Singapore Badminton Association
- Sport: Badminton
- Jurisdiction: Singapore
- Abbreviation: SBA
- Founded: 1929
- Affiliation: SNOC Badminton Asia BWF
- Regional affiliation: Asia
- Headquarters: Kallang, Singapore
- President: Lawrence Leow

Official website
- www.singaporebadminton.org.sg
- Singapore

= Singapore Badminton Association =

Governing body for badminton in Singapore

Singapore Badminton Association (abbreviation: SBA) is the national governing body for badminton in Singapore. It governs, encourages and develops the sport throughout the country.

Founded in 1929, the SBA is an affiliate of the Singapore National Olympic Council (SNOC).
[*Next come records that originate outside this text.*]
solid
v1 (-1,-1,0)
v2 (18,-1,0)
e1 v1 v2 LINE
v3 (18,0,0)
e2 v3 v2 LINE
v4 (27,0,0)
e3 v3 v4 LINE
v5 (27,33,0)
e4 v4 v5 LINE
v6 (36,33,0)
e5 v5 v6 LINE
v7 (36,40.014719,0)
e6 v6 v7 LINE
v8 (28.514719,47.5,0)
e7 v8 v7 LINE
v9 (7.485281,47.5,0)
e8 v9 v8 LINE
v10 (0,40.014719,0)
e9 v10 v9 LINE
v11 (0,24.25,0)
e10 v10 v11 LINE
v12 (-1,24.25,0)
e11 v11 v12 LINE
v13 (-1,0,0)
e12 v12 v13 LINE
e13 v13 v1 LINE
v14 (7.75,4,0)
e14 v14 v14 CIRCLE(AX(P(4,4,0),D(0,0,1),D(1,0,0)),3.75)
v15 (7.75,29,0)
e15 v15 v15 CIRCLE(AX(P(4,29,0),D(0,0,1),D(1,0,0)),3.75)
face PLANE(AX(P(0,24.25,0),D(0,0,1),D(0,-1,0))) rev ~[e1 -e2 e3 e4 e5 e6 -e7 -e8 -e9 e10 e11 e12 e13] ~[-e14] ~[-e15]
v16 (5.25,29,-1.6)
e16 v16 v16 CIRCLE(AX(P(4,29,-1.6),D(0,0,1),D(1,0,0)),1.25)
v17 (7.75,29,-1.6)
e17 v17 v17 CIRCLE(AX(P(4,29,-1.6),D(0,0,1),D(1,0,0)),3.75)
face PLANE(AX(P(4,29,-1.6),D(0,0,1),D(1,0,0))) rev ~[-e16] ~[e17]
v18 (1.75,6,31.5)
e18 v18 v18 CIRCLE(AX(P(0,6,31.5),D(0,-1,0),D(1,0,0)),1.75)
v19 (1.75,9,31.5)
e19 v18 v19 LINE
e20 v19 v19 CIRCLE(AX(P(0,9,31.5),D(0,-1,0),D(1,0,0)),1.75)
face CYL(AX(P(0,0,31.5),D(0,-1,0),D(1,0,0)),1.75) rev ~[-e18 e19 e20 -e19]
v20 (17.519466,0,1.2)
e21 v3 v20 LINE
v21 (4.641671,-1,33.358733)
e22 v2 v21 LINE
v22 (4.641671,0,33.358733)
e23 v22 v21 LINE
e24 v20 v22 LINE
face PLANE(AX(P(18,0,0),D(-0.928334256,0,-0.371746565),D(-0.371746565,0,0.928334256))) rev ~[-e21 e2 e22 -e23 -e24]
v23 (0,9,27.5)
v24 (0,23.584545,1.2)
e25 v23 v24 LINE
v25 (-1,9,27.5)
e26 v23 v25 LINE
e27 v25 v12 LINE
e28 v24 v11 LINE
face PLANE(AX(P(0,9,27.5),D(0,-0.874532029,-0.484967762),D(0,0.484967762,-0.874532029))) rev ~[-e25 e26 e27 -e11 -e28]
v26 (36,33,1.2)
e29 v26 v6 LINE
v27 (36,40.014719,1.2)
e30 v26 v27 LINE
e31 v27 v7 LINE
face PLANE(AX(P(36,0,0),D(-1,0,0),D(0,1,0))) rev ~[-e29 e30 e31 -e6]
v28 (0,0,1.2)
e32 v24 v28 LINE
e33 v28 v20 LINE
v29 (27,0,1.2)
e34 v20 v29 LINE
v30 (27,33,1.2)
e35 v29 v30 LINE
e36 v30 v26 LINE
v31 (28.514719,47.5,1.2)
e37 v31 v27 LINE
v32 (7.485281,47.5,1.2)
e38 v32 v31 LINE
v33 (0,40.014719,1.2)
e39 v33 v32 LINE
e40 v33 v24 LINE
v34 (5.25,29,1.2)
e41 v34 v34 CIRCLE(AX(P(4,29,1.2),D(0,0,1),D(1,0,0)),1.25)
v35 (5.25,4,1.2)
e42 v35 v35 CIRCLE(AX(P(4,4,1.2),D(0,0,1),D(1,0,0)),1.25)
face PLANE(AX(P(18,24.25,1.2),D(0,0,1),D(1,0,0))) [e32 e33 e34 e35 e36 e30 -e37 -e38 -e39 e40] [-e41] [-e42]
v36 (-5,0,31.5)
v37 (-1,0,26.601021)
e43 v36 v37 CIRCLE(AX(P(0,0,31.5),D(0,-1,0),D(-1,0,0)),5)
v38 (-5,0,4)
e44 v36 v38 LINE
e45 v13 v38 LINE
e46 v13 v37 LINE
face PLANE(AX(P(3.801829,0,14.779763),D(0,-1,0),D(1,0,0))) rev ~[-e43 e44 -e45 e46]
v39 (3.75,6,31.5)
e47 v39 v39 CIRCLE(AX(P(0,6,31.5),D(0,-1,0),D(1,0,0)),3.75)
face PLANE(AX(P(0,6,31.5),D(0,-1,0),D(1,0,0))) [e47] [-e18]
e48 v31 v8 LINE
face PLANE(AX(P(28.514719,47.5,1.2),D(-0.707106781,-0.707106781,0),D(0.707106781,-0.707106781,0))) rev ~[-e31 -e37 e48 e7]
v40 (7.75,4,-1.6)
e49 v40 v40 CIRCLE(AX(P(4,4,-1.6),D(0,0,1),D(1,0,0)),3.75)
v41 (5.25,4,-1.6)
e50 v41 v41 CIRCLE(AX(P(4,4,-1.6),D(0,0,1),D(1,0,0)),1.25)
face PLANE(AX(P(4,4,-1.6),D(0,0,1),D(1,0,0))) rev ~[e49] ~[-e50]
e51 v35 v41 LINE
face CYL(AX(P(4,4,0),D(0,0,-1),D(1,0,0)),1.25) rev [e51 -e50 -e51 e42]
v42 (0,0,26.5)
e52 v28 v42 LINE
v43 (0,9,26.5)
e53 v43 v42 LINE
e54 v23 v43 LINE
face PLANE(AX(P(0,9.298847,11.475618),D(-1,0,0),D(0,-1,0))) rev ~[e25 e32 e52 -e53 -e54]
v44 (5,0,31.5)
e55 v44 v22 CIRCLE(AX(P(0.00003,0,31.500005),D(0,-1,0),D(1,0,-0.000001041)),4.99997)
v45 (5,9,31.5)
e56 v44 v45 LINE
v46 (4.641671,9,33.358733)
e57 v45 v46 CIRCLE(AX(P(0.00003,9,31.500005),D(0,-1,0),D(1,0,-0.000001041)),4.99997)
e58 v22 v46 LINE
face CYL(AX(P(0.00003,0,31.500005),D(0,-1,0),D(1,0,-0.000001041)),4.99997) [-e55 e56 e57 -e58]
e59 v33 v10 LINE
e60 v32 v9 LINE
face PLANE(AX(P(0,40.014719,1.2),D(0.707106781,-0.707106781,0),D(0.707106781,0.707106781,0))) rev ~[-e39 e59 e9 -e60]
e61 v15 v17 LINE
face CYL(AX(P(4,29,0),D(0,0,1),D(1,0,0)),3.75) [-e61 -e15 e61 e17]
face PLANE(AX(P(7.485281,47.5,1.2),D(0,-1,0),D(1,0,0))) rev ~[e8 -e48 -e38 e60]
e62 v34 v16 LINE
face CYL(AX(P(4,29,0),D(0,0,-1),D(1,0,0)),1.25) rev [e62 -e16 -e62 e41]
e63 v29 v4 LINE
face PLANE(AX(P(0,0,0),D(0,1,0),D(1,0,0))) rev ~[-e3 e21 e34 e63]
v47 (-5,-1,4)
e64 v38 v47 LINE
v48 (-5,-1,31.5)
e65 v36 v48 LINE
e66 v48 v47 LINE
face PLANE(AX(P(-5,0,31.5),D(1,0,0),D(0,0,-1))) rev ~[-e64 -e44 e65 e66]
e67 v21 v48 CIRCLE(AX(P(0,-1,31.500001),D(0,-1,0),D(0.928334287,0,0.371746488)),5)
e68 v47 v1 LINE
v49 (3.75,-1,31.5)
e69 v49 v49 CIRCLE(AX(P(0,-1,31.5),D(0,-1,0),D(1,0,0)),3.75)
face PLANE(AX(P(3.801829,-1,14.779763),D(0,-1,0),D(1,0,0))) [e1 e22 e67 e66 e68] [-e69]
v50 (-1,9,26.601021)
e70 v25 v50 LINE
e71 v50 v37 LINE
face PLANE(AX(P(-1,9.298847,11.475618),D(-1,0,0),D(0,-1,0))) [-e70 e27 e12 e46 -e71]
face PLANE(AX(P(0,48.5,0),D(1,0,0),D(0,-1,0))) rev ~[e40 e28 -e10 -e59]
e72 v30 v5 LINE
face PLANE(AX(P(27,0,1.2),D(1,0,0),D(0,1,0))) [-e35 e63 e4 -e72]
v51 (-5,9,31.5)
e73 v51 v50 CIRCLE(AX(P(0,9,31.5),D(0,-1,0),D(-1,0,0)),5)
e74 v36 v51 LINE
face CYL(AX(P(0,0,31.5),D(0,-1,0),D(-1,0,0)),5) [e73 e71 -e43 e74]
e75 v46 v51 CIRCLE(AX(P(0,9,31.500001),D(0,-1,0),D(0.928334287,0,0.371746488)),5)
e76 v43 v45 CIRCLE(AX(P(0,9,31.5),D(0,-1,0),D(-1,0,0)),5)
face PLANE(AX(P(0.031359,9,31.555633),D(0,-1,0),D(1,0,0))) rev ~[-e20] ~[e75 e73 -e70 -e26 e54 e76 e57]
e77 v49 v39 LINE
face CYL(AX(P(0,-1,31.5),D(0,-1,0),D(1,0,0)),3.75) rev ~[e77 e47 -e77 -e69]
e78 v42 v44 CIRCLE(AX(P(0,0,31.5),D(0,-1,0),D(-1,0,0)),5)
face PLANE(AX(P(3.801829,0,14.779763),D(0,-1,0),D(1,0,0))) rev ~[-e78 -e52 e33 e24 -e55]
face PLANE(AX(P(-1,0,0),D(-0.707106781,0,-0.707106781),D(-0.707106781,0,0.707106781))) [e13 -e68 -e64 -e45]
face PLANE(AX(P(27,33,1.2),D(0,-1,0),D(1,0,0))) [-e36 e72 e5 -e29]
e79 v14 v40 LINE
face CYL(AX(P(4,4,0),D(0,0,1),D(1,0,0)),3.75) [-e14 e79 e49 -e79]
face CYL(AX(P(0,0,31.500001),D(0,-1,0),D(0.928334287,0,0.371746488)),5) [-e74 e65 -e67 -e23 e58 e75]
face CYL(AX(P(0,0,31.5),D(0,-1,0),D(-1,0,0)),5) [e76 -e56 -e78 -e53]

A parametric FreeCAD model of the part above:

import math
import FreeCAD as App
import Part
import Sketcher
from FreeCAD import Vector

doc = App.newDocument("Part")
body = doc.addObject("PartDesign::Body", "Body")

sketch1 = body.newObject("Sketcher::SketchObject", "Sketch")
sketch1.AttachmentSupport = (doc.getObject("XY_Plane"), [""])
sketch1.MapMode = "FlatFace"
sketch1.addGeometry(Part.LineSegment(Vector(0, 0, 0), Vector(36, 0, 0)), False)
sketch1.addGeometry(Part.LineSegment(Vector(36, 0, 0), Vector(36, 48.5, 0)), False)
sketch1.addGeometry(Part.LineSegment(Vector(36, 48.5, 0), Vector(0, 48.5, 0)), False)
sketch1.addGeometry(Part.LineSegment(Vector(0, 48.5, 0), Vector(0, 0, 0)), False)
sketch1.addGeometry(Part.Circle(Vector(4, 4, 0), Vector(0, 0, 1), 1.25), False)
sketch1.addGeometry(Part.Circle(Vector(4, 29, 0), Vector(0, 0, 1), 1.25), False)
sketch1.addConstraint(Sketcher.Constraint("Coincident", 0, 2, 1, 1))
sketch1.addConstraint(Sketcher.Constraint("Coincident", 1, 2, 2, 1))
sketch1.addConstraint(Sketcher.Constraint("Coincident", 2, 2, 3, 1))
sketch1.addConstraint(Sketcher.Constraint("Coincident", 3, 2, 0, 1))
sketch1.addConstraint(Sketcher.Constraint("Horizontal", 0))
sketch1.addConstraint(Sketcher.Constraint("Vertical", 1))
sketch1.addConstraint(Sketcher.Constraint("Horizontal", 2))
sketch1.addConstraint(Sketcher.Constraint("Vertical", 3))
sketch1.addConstraint(Sketcher.Constraint("Coincident", 3, 2, -1, 1))
sketch1.addConstraint(Sketcher.Constraint("Equal", 4, 5))
sketch1.addConstraint(Sketcher.Constraint("Vertical", 4, 3, 5, 3))
sketch1.addConstraint(Sketcher.Constraint("Diameter", 4, 2.5))
sketch1.addConstraint(Sketcher.Constraint("DistanceX", 0, 1, 0, 2, 36.0))
sketch1.addConstraint(Sketcher.Constraint("DistanceY", 1, 1, 1, 2, 48.5))
sketch1.addConstraint(Sketcher.Constraint("DistanceX", -1, 1, 4, 3, 4.0))
sketch1.addConstraint(Sketcher.Constraint("DistanceY", -1, 1, 4, 3, 4.0))
sketch1.addConstraint(Sketcher.Constraint("DistanceY", -1, 1, 5, 3, 29.0))
pad1 = body.newObject("PartDesign::Pad", "Pad")
pad1.Profile = sketch1
pad1.Length = 1.2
It is also a member of the Badminton World Federation (BWF) and Badminton Asia, which was formerly known as the Badminton Asian Confederation.

As of 2022, the SBA has a total of 33 member clubs across the country. It closely liaises with the member clubs to provide support to the club and league structures.

==History==
===Formation===
After its introduction by the British and the Amateur Sporting Association in the 1920s, badminton gained widespread popularity throughout Singapore. It was against this backdrop that the SBA was established several years later in 1929, with Tan Boo Teck as its inaugural president. Upon its formation, the SBA allowed badminton parties, which were essentially teams consisting of badminton enthusiasts, to affiliate themselves with them and take part in their annual open championships.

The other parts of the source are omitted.